[WHAT IS NEEDED]: Take the data below and copy exactly the lines starting at the one with "v -32.798 22.898 20" and finishing at the one with "v 28.724 27.837 20", both included.

Extracted data entries
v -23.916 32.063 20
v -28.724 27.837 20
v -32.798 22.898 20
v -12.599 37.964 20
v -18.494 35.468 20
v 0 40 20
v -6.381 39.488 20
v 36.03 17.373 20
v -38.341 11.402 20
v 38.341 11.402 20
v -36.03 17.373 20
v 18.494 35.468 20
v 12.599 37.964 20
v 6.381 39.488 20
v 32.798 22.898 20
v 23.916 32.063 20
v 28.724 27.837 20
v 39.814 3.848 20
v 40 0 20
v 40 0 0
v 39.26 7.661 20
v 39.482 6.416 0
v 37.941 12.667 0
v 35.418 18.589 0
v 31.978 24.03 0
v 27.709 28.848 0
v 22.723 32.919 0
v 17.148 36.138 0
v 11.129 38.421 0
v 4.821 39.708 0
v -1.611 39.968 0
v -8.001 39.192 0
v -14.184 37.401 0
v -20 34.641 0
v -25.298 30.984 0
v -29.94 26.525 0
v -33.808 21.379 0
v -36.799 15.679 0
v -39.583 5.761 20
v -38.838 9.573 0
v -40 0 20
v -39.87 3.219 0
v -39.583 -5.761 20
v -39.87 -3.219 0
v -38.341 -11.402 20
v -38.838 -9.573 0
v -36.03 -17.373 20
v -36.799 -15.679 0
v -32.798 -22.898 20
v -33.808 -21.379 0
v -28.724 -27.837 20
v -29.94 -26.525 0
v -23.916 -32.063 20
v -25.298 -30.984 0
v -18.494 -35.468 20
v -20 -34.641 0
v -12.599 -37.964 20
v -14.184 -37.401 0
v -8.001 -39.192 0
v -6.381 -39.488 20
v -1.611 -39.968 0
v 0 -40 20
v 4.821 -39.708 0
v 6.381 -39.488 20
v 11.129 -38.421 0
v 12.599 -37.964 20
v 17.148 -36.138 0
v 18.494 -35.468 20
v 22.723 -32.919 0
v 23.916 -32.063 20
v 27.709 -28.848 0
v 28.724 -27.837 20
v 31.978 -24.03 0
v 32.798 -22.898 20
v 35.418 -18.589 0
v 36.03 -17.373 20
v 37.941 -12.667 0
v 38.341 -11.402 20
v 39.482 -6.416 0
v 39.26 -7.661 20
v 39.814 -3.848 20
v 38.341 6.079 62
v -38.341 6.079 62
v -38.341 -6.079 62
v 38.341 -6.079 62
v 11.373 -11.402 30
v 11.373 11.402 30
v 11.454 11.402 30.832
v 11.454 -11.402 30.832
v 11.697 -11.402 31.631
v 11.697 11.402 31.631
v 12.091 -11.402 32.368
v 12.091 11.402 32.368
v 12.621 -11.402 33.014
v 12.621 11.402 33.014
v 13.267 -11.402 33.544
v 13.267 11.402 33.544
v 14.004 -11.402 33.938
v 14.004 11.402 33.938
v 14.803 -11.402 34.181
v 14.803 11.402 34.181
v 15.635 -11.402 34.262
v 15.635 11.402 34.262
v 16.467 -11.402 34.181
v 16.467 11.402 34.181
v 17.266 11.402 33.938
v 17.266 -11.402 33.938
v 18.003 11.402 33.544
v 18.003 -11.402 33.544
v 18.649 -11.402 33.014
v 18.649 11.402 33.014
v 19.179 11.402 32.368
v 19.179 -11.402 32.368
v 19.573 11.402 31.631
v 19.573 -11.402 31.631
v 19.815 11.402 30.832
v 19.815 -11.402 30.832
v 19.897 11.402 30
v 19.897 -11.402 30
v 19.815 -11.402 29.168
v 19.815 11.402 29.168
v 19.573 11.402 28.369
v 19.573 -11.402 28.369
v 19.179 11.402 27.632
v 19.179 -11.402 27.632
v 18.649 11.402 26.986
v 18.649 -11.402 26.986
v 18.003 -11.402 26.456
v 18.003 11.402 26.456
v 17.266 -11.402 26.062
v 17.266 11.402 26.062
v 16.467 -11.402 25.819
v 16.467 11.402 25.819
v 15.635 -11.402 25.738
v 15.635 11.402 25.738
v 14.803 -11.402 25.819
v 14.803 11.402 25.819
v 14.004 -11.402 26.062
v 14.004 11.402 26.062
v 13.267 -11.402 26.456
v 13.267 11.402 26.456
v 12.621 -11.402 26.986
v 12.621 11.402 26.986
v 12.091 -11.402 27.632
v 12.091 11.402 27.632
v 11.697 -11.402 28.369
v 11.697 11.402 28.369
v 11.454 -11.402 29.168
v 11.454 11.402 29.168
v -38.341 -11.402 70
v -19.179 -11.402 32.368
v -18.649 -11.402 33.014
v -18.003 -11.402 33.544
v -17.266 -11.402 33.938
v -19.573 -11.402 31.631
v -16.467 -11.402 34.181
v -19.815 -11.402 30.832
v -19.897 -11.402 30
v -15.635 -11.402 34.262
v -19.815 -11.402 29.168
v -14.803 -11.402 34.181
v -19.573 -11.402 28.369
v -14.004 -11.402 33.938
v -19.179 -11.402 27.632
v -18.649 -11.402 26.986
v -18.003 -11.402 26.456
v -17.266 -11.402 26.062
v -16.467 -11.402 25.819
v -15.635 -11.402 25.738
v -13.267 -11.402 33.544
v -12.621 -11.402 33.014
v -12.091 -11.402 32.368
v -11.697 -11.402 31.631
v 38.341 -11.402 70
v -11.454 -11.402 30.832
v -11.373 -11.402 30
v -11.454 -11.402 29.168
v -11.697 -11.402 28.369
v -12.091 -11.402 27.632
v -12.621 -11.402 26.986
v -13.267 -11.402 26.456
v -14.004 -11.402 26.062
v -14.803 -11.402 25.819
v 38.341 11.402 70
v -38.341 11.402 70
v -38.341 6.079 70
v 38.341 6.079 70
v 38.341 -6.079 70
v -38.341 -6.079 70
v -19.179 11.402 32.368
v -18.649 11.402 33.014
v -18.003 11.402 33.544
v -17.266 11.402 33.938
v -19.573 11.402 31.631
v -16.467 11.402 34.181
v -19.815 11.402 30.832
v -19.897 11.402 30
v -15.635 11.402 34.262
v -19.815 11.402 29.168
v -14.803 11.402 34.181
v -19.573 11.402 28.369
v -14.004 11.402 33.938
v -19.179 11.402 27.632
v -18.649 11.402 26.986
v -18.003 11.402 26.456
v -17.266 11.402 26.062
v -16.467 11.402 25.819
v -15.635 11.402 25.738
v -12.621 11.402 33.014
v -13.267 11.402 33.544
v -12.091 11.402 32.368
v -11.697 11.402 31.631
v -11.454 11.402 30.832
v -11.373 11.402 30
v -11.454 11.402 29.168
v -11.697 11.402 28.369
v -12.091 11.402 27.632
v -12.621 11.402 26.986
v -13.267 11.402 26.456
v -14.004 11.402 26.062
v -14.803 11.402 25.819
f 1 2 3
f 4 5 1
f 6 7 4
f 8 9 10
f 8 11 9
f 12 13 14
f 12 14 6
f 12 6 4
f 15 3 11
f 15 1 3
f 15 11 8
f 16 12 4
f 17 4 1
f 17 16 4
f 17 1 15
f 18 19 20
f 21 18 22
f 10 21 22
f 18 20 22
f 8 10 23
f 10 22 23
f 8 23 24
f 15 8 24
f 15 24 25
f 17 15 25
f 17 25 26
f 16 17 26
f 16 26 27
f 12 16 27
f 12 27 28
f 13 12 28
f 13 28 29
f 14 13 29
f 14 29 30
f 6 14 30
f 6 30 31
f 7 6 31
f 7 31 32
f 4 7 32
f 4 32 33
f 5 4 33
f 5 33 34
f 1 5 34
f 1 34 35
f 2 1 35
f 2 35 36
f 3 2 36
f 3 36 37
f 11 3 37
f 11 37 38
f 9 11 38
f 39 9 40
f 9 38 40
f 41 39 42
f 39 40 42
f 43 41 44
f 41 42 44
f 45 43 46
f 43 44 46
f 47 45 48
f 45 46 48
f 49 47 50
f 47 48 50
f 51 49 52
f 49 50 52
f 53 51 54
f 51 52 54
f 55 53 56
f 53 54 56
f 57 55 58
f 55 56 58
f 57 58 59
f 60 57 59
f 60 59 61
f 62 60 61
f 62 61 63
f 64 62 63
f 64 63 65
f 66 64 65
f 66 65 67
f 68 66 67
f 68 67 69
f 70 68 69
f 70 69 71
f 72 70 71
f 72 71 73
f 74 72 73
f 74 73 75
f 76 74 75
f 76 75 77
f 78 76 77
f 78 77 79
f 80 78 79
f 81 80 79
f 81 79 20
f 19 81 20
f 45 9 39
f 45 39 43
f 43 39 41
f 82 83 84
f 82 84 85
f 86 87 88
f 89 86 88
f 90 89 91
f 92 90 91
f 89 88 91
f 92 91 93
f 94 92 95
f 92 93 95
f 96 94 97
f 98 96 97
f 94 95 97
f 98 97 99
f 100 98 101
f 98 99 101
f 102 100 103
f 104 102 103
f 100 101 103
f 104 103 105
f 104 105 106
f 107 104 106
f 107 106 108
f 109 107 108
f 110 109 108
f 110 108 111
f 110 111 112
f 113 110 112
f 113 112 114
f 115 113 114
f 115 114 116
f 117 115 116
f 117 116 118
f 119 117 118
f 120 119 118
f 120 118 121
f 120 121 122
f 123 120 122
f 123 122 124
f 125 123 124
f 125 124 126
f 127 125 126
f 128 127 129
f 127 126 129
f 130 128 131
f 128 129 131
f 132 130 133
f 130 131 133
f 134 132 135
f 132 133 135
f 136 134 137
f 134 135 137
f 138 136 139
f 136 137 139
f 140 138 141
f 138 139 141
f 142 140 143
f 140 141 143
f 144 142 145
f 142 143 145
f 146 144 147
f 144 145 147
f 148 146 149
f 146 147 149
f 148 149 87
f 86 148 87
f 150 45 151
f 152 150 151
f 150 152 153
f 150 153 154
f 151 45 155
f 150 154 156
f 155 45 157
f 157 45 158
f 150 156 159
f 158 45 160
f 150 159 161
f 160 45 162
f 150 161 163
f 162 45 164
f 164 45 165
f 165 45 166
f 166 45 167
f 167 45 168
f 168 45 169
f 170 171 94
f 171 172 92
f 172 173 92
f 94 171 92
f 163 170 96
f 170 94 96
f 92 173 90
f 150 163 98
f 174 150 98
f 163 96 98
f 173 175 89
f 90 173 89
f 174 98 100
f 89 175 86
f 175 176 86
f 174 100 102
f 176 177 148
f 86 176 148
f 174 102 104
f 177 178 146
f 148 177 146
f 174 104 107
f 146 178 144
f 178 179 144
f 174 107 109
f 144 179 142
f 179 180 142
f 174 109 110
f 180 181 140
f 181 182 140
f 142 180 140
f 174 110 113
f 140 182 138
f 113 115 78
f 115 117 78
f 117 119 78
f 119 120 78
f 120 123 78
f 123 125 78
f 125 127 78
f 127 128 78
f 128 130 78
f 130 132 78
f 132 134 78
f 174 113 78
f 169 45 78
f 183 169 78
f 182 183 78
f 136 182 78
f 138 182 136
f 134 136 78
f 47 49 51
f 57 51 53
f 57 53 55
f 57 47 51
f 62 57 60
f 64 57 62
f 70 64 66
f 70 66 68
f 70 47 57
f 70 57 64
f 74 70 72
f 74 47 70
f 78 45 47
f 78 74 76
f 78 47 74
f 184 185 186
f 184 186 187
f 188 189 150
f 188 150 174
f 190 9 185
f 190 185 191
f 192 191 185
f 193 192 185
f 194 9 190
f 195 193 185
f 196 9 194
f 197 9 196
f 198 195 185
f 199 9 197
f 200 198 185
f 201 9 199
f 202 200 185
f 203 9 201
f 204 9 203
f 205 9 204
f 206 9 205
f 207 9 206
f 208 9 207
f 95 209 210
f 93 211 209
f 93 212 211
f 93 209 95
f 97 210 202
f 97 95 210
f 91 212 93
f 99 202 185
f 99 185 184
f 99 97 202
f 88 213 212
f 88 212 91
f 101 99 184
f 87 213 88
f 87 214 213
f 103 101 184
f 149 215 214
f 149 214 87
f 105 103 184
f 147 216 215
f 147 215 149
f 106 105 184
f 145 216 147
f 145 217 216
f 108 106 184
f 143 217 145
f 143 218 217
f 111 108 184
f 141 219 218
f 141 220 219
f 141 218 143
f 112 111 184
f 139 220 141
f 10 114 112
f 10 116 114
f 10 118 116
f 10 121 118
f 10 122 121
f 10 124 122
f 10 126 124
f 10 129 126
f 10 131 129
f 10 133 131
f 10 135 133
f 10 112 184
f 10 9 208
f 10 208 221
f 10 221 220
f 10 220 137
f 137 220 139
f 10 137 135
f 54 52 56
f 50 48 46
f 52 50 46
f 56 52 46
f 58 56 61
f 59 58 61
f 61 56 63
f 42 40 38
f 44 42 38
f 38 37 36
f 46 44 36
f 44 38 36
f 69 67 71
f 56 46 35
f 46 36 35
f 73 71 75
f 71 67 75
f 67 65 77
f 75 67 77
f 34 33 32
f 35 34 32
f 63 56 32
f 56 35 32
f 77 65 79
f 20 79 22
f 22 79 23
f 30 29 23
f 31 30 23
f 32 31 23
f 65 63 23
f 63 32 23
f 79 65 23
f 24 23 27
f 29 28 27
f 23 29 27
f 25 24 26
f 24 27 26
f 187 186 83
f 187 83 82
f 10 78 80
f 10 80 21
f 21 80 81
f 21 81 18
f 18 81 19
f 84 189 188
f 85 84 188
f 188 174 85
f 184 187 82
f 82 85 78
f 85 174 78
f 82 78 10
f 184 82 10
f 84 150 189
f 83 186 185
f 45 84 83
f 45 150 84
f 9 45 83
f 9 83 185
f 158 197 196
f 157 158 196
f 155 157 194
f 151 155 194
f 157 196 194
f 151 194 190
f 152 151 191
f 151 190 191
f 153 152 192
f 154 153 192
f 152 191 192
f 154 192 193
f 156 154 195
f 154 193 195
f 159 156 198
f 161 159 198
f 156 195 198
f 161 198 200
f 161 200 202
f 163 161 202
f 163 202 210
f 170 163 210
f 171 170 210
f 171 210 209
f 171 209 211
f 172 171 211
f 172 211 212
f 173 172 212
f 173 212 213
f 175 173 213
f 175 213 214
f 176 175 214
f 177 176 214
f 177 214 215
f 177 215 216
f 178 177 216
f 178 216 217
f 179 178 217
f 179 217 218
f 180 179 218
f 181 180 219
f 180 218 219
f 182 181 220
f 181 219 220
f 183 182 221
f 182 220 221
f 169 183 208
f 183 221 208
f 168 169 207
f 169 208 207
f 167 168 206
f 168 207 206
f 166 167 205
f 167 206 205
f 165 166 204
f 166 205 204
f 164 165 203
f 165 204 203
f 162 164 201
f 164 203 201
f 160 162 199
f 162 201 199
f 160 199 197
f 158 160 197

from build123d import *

# Parameters (mm, degrees)
F0_R     = 40
F1_DEPTH = 20
F2_W     = 76.681012
F2_H     = 22.804
F3_DEPTH = 50
F4_W     = 76.681012
F4_H     = 12.157896
F5_DEPTH = 8
F6_R     = 4.262414
F7_DEPTH = 51.403


with BuildPart() as f1:
    # F0 (on Top) → F1 (new body)
    with BuildSketch(Plane.XY):
        Circle(F0_R)
    extrude(amount=F1_DEPTH)

    # F2 (on face) → F3 (join)
    with BuildSketch(Plane.XY.offset(20)):
        Rectangle(F2_W, F2_H)
    extrude(amount=F3_DEPTH)

    # F4 (on face) → F5 (cut)
    with BuildSketch(Plane.XY.offset(70)):
        Rectangle(F4_W, F4_H)
    extrude(amount=-F5_DEPTH, mode=Mode.SUBTRACT)

    # F6 (on face) → F7 (cut, through all)
    with BuildSketch(Plane(origin=(0, 11.402, 0), x_dir=(-1, 0, 0), z_dir=(0, 1, 0))):
        with Locations((-15.634964, 30)):
            Circle(F6_R)
        with Locations((15.634964, 30)):
            Circle(F6_R)
    extrude(amount=-F7_DEPTH, mode=Mode.SUBTRACT)


solid = f1.part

[RESULT]:
v -32.798 22.898 20
v -12.599 37.964 20
v -18.494 35.468 20
v 0 40 20
v -6.381 39.488 20
v 36.03 17.373 20
v -38.341 11.402 20
v 38.341 11.402 20
v -36.03 17.373 20
v 18.494 35.468 20
v 12.599 37.964 20
v 6.381 39.488 20
v 32.798 22.898 20
v 23.916 32.063 20
v 28.724 27.837 20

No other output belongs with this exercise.